The Road Wes Traveled

Fourteen hours riding shotgun with the director of Rushmore

"There’s never a world, there’s never a real world that they’re involved with," Anderson explains. "They’re doing their own thing. It looks kind of like this." He waves at a flat, brown field outside the window of the Ford Explorer.

In much the same way, Rushmore focuses on the emotional lives of the kids orbiting around Rushmore Academy, particularly Max’s schoolmates. Adults, for the most part, aren’t allowed in the game unless they play by Max’s rules. When they don’t, there’s trouble.

"The thing I always think about with these movies, I always think a lot about Charlie Brown," he says. "You know how in Charlie Brown, in Peanuts, they are in their own little world? There’s only a group of kids. It has a mood all its own."

By focusing on this alternate reality, Anderson turns his camera into a microscope and his movies into lab studies. What’s under the glass, to a large degree, is the sustainability of friendship and the things people do when friendships are tested. Max in Rushmore and Dignan (played by Owen Wilson) in Bottle Rocket are the Charlie Browns of these little worlds, where things go awry when a storm blows into the emotional harbor of friendship.

"Both these movies are about friendships that get put through weird tests and that are renewed, kind of, you know? That are broken up and renewed, especially if you go through some big things together," he says, "like me and my friends who all did Bottle Rocket together. Our lives are so different from what they were when we started being friends."

When Wes Anderson and Owen Wilson started being friends, they were a couple of kids lollygagging through the tail end of college at the University of Texas. They met in a playwriting class and eventually became roommates. A mutual love of movies and writing proved to be a creatively combustible combination. In time, an idea for a quirky 14-minute short became the first installment of their eventual first script, Bottle Rocket. When the film was made, Owen and his brother Luke’s offbeat, charismatic performances landed them on the Hollywood hot list, winning them high-profile movie gigs and Sheryl Crow and Drew Barrymore, respectively. Things changed, all right.

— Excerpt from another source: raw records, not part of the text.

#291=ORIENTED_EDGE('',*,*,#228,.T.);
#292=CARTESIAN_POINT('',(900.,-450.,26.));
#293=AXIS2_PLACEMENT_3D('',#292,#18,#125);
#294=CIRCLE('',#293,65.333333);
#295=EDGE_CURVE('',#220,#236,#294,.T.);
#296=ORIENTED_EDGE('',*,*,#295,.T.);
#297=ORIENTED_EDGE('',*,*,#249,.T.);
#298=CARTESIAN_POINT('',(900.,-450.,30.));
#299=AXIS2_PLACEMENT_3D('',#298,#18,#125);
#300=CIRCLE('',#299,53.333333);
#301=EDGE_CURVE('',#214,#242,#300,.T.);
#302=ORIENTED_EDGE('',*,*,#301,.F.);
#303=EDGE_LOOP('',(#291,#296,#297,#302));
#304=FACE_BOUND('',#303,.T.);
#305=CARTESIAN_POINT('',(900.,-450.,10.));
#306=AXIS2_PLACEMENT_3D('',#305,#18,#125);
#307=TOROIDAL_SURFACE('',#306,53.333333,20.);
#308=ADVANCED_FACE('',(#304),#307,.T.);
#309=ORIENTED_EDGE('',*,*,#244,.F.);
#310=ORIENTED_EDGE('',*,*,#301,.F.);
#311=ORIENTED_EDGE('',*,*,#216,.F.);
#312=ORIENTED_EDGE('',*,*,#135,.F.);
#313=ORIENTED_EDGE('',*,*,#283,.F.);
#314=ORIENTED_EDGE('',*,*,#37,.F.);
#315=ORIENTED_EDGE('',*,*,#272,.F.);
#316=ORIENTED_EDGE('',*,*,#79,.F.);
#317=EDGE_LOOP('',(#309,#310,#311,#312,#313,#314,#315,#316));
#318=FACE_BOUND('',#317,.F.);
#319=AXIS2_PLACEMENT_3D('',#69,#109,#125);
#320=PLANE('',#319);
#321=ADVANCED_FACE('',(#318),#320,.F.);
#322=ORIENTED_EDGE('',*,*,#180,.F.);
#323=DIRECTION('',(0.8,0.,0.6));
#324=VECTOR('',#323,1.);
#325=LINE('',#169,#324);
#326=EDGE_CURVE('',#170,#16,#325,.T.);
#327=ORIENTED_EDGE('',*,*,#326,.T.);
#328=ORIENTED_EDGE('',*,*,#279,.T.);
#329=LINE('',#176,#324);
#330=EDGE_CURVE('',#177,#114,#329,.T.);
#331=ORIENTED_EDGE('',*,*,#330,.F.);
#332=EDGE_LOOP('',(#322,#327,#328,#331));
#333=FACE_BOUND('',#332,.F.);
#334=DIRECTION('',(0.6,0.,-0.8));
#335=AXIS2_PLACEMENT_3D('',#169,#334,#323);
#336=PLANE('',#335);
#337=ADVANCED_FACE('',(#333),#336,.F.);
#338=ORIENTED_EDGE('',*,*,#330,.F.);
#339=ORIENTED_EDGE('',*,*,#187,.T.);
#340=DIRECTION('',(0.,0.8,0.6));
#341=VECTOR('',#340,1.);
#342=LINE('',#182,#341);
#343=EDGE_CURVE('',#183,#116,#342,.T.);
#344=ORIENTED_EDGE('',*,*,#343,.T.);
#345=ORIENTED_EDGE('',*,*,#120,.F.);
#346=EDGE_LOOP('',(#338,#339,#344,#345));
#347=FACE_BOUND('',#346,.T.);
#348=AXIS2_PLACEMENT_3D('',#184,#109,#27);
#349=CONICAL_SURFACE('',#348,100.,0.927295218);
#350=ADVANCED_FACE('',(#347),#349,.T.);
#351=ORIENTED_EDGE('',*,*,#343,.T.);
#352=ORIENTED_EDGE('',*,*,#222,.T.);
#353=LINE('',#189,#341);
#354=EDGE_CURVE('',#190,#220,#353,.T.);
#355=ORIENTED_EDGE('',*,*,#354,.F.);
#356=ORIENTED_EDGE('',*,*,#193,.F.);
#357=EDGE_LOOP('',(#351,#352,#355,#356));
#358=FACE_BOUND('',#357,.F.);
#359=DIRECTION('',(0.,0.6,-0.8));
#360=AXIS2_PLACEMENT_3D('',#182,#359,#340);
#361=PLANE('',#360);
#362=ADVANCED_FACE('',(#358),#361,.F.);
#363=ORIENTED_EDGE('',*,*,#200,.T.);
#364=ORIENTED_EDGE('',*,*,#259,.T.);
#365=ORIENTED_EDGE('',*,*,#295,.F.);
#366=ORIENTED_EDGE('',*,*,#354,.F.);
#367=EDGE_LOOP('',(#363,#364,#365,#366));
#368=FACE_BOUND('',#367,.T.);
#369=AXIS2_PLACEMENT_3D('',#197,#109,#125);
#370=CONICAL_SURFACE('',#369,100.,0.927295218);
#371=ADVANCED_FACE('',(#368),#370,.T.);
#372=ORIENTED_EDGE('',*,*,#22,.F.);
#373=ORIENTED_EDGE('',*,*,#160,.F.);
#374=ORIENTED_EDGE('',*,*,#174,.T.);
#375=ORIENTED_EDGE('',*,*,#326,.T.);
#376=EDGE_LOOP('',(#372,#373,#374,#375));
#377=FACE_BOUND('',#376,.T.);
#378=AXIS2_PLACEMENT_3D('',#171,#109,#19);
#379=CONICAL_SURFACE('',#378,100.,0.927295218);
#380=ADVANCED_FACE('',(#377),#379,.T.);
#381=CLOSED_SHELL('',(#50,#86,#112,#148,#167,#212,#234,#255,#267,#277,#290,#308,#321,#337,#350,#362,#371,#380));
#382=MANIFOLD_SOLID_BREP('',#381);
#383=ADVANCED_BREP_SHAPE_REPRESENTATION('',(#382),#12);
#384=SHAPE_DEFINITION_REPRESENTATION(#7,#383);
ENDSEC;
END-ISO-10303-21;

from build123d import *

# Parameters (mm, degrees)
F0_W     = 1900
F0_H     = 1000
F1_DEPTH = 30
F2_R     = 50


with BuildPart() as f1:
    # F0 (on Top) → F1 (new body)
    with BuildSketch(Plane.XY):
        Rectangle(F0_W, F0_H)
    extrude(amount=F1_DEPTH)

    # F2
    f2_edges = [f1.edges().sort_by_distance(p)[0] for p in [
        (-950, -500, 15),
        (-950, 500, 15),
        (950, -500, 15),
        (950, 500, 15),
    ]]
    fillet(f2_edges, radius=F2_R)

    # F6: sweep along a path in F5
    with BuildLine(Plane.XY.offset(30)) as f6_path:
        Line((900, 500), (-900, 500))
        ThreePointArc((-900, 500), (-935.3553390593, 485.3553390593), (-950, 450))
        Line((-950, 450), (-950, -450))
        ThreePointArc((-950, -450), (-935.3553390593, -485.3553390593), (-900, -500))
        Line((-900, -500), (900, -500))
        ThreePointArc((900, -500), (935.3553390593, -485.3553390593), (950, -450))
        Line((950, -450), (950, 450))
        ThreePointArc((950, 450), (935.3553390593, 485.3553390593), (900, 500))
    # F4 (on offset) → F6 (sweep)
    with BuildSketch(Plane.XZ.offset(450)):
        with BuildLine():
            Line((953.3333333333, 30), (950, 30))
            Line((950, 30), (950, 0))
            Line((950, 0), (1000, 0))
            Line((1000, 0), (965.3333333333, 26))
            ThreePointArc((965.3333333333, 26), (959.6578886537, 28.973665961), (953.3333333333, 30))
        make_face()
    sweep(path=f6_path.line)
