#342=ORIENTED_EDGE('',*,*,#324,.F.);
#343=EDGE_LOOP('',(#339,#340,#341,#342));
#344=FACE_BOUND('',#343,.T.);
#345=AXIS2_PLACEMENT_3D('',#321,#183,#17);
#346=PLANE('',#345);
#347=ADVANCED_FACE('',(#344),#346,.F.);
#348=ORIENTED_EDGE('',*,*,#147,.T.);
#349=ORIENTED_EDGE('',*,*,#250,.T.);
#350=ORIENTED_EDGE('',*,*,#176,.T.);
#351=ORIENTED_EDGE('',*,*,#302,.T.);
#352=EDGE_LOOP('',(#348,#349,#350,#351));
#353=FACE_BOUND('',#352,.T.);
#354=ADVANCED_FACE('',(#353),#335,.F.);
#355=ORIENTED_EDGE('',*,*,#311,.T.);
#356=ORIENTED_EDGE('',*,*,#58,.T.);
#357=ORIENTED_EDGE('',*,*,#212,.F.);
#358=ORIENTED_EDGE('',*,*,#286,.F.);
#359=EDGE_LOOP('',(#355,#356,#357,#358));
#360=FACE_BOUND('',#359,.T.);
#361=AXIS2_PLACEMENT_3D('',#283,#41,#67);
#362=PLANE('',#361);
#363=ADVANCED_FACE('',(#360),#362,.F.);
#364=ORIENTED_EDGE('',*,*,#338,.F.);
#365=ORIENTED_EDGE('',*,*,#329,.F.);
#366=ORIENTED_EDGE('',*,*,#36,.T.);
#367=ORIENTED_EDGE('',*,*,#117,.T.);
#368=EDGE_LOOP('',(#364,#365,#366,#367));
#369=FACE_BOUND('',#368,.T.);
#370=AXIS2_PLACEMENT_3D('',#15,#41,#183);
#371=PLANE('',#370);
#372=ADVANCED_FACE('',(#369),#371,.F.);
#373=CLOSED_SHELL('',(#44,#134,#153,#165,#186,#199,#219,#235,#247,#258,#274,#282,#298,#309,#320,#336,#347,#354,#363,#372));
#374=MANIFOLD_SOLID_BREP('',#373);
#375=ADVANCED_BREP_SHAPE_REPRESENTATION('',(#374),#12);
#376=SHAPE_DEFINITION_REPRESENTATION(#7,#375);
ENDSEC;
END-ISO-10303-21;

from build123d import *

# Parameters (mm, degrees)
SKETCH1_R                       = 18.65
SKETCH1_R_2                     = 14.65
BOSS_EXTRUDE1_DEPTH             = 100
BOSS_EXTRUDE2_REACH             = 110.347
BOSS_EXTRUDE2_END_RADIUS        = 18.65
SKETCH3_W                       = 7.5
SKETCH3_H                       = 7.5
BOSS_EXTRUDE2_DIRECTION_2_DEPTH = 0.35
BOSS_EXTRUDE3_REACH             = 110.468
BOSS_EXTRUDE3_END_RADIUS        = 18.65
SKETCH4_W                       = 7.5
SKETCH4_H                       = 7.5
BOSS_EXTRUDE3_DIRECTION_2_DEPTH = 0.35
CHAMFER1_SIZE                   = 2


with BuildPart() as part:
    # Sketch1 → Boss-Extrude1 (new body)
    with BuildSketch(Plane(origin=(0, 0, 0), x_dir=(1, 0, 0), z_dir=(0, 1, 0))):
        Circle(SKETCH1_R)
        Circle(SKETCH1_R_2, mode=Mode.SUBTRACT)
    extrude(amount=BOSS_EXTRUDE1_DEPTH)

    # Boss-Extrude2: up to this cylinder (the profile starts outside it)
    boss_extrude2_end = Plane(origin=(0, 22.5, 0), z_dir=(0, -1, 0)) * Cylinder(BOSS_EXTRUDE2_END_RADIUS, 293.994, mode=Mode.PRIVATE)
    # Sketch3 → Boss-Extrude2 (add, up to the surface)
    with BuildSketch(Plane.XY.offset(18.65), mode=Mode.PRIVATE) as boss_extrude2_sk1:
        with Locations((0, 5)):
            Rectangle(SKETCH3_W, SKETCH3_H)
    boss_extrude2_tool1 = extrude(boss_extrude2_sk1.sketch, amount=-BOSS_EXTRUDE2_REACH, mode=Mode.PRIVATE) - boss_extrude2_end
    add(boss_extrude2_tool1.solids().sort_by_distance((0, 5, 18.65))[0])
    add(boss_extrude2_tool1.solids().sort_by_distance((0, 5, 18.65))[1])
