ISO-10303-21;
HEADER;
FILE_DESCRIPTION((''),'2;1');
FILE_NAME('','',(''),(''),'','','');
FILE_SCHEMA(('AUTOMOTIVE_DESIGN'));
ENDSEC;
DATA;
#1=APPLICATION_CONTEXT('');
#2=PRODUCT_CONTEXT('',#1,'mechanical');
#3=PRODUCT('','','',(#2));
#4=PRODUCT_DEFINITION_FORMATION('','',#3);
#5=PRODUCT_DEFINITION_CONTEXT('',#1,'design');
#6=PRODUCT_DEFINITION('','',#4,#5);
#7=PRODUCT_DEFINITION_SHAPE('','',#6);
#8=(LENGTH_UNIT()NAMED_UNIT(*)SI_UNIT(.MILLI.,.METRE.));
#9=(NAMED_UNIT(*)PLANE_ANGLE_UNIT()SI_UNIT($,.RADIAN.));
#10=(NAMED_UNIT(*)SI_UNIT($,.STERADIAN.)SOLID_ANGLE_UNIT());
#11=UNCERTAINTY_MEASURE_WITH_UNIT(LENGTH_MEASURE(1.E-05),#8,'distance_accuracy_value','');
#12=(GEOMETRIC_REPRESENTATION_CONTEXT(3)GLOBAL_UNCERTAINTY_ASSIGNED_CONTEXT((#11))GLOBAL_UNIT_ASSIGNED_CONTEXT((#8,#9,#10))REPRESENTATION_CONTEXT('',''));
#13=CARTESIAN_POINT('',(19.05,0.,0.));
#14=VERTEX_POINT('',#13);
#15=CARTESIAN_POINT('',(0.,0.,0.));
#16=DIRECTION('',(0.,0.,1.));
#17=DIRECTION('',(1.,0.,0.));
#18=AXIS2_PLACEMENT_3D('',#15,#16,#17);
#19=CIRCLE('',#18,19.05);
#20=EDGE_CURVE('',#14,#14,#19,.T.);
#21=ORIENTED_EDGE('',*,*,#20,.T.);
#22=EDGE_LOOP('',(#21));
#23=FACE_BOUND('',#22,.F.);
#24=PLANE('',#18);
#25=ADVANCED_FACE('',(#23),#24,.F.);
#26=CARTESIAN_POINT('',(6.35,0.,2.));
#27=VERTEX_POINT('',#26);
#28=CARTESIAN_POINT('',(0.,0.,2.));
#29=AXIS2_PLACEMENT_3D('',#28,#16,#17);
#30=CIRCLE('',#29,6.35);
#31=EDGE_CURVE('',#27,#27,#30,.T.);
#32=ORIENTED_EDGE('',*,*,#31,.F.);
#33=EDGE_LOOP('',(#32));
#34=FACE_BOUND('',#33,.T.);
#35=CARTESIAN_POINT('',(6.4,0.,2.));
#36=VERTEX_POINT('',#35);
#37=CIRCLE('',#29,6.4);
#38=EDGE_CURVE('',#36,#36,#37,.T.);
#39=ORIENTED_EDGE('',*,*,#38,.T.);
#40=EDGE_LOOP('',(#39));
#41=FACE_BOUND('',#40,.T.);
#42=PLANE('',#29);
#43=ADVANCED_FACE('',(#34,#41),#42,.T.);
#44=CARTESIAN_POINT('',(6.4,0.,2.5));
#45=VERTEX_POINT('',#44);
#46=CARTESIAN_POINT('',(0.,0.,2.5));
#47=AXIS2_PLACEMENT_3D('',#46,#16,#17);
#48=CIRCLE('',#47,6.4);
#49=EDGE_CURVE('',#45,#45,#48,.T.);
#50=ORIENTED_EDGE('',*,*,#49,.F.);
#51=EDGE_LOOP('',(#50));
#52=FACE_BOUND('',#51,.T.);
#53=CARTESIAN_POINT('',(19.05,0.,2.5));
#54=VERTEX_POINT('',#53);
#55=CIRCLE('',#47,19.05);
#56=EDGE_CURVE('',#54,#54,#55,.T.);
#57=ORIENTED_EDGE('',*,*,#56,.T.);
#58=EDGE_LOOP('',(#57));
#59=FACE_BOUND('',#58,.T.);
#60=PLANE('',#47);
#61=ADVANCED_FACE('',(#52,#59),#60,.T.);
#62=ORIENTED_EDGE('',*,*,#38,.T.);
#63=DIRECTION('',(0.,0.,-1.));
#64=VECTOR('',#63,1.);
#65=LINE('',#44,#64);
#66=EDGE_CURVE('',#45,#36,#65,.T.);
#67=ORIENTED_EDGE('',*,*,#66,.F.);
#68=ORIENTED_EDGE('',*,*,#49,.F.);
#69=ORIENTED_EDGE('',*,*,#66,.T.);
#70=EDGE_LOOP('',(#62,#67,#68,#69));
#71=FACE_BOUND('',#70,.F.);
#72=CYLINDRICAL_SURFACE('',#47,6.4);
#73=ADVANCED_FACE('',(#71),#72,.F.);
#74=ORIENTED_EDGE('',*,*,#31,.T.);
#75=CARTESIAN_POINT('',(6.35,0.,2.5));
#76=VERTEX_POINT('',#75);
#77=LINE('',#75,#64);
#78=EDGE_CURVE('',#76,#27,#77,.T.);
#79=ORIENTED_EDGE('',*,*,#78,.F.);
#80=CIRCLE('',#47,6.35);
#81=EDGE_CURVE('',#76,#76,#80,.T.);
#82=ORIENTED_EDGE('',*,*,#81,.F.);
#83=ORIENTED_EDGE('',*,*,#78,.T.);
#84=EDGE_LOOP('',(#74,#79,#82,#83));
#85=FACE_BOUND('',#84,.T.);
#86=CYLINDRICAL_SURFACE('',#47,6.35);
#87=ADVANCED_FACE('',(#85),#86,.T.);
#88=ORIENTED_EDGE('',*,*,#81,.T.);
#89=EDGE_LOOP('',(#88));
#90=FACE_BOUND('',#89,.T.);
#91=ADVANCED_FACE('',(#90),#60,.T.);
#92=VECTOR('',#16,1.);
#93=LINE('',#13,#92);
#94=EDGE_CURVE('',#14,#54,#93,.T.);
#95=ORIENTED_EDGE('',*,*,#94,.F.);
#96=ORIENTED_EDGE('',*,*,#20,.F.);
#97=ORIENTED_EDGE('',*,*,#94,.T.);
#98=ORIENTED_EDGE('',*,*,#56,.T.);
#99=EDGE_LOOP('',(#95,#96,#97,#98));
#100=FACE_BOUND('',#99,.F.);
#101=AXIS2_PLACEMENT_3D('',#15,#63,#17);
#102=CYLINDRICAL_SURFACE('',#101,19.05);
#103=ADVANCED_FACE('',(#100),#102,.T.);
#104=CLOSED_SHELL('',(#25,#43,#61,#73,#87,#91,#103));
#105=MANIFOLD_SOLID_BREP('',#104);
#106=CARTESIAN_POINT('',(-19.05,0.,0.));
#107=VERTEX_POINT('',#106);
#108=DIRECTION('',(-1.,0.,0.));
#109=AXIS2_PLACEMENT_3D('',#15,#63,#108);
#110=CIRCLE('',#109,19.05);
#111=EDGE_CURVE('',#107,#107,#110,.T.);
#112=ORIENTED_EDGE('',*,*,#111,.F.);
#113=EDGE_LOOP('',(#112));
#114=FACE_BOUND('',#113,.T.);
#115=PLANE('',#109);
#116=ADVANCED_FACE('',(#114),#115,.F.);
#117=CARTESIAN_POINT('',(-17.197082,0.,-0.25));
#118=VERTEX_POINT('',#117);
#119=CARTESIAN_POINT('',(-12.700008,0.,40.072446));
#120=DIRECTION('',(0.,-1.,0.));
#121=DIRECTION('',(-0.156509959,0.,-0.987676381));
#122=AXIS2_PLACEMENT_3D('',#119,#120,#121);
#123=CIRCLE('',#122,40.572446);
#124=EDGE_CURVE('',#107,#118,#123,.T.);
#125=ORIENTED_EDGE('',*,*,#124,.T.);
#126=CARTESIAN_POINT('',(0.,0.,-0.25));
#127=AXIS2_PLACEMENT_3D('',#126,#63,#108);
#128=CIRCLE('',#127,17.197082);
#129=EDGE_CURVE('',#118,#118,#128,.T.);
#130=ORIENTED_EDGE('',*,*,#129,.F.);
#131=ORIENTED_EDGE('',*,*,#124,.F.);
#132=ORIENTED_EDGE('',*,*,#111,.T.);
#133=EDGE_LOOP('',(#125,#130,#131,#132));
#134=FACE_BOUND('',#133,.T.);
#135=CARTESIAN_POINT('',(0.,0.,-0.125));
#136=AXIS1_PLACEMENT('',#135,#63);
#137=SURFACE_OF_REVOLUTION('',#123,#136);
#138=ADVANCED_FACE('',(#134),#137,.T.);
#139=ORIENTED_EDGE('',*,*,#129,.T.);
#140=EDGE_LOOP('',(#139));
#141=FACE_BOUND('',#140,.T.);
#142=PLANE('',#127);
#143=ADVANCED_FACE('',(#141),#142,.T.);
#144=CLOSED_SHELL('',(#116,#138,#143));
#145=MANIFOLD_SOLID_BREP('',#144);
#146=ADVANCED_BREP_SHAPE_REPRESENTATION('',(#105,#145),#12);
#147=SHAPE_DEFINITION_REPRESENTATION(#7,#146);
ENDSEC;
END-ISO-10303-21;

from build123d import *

# Parameters (mm, degrees)
F0_R     = 19.05
F1_DEPTH = 2.5
F2_R     = 6.4
F2_R_2   = 6.35
F3_DEPTH = 0.5


with BuildPart() as f1:
    # F0 (on Top) → F1 (new body)
    with BuildSketch(Plane.XY):
        Circle(F0_R)
    extrude(amount=F1_DEPTH)

    # F2 (on face) → F3 (cut)
    with BuildSketch(Plane.XY.offset(2.5)):
        Circle(F2_R)
        Circle(F2_R_2, mode=Mode.SUBTRACT)
    extrude(amount=-F3_DEPTH, mode=Mode.SUBTRACT)


with BuildPart() as f5:
    # F4 (on Front) → F5 (revolve)
    with BuildSketch(Plane.XZ):
        with BuildLine():
            Line((0, 0), (-19.05, 0))
            ThreePointArc((-19.05, 0), (-18.124981, -0.135675), (-17.197082, -0.25))
            Line((-17.197082, -0.25), (0, -0.25))
            Line((0, -0.25), (0, 0))
        make_face()
    revolve(axis=Axis((0, 0, -0.125), (0, 0, -1)))


solid = Compound([f1.part, f5.part])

Even though Wes, Owen and Luke presently live together in a ramshackle Tudor in an unfashionable part of L.A., Anderson seems to understand it’s never going to be the same among the three amigos. The ride from Texas to Hollywood is over, and now that theymade it, they’re certain to go in different directions. They already are. Each is looking for his own home. It’s hard not to wonder if the themes in Bottle Rocket and Rushmore are Anderson’s way of addressing the fear that the real world will impinge on his friendships.

"Yeah," he says, "I mean it happens. That’s the way it happens. But I don’t feel like we’re, right now I feel like our . . ." He searches for the right words, hands staying tight at 10 and 2. "The friendship that gets the most strain is the one between me and Owen. And I feel like that’s as strong a friendship now as it’s ever been, and we still have several movies we want to do together. And I just sort of feel like, it’s not something that I feel worried about right now."

When Wes Anderson idealizes himself, it is as an artist. He sees himself in a loft in New York, perhaps, with space and light and crazy hair and a breeze through the south-facing windows and the burnished reflection of creativity, emotion and connection bouncing back off the page through his round glasses and into his shy eyes. Something, he says, like Nick Nolte’s character in "Life Lessons," Martin Scorsese’s contribution to New York Stories.

"That would be something to aspire to," he says almost wonderingly.

Anderson’s next steps along the larger journey were little forays into the life he began envisioning for himself. In high school and into college it was time to try on the identity of an artist for size.

At St. John’s, the prep school Anderson attended in his hometown of Houston, where much of Rushmore was shot, he withdrew from the center stage he had provided for himself with the plays and began focusing more on writing.

"Short, like J.D. Salinger short stories," he recalls. "At that point, I sort of felt like I was going to be a writer. Just a story writer. A novelist or something. But I was also doing little movies at the same time. Then the movie stuff just started to take over more and more."

During college, Anderson made creative use of the University of Texas’ curriculum policies, engineering his course load so that almost all his credits were earned in independent or conference classes. The loose schedule gave him and Owen Wilson time to mine Austin’s cultural resources.

"We never had any money, so it was kind of limited. There was just a lot of hanging around and reading and going to movies. I was always doing some research. You know, they have this incredible humanities research center called the Harry Ransom Center."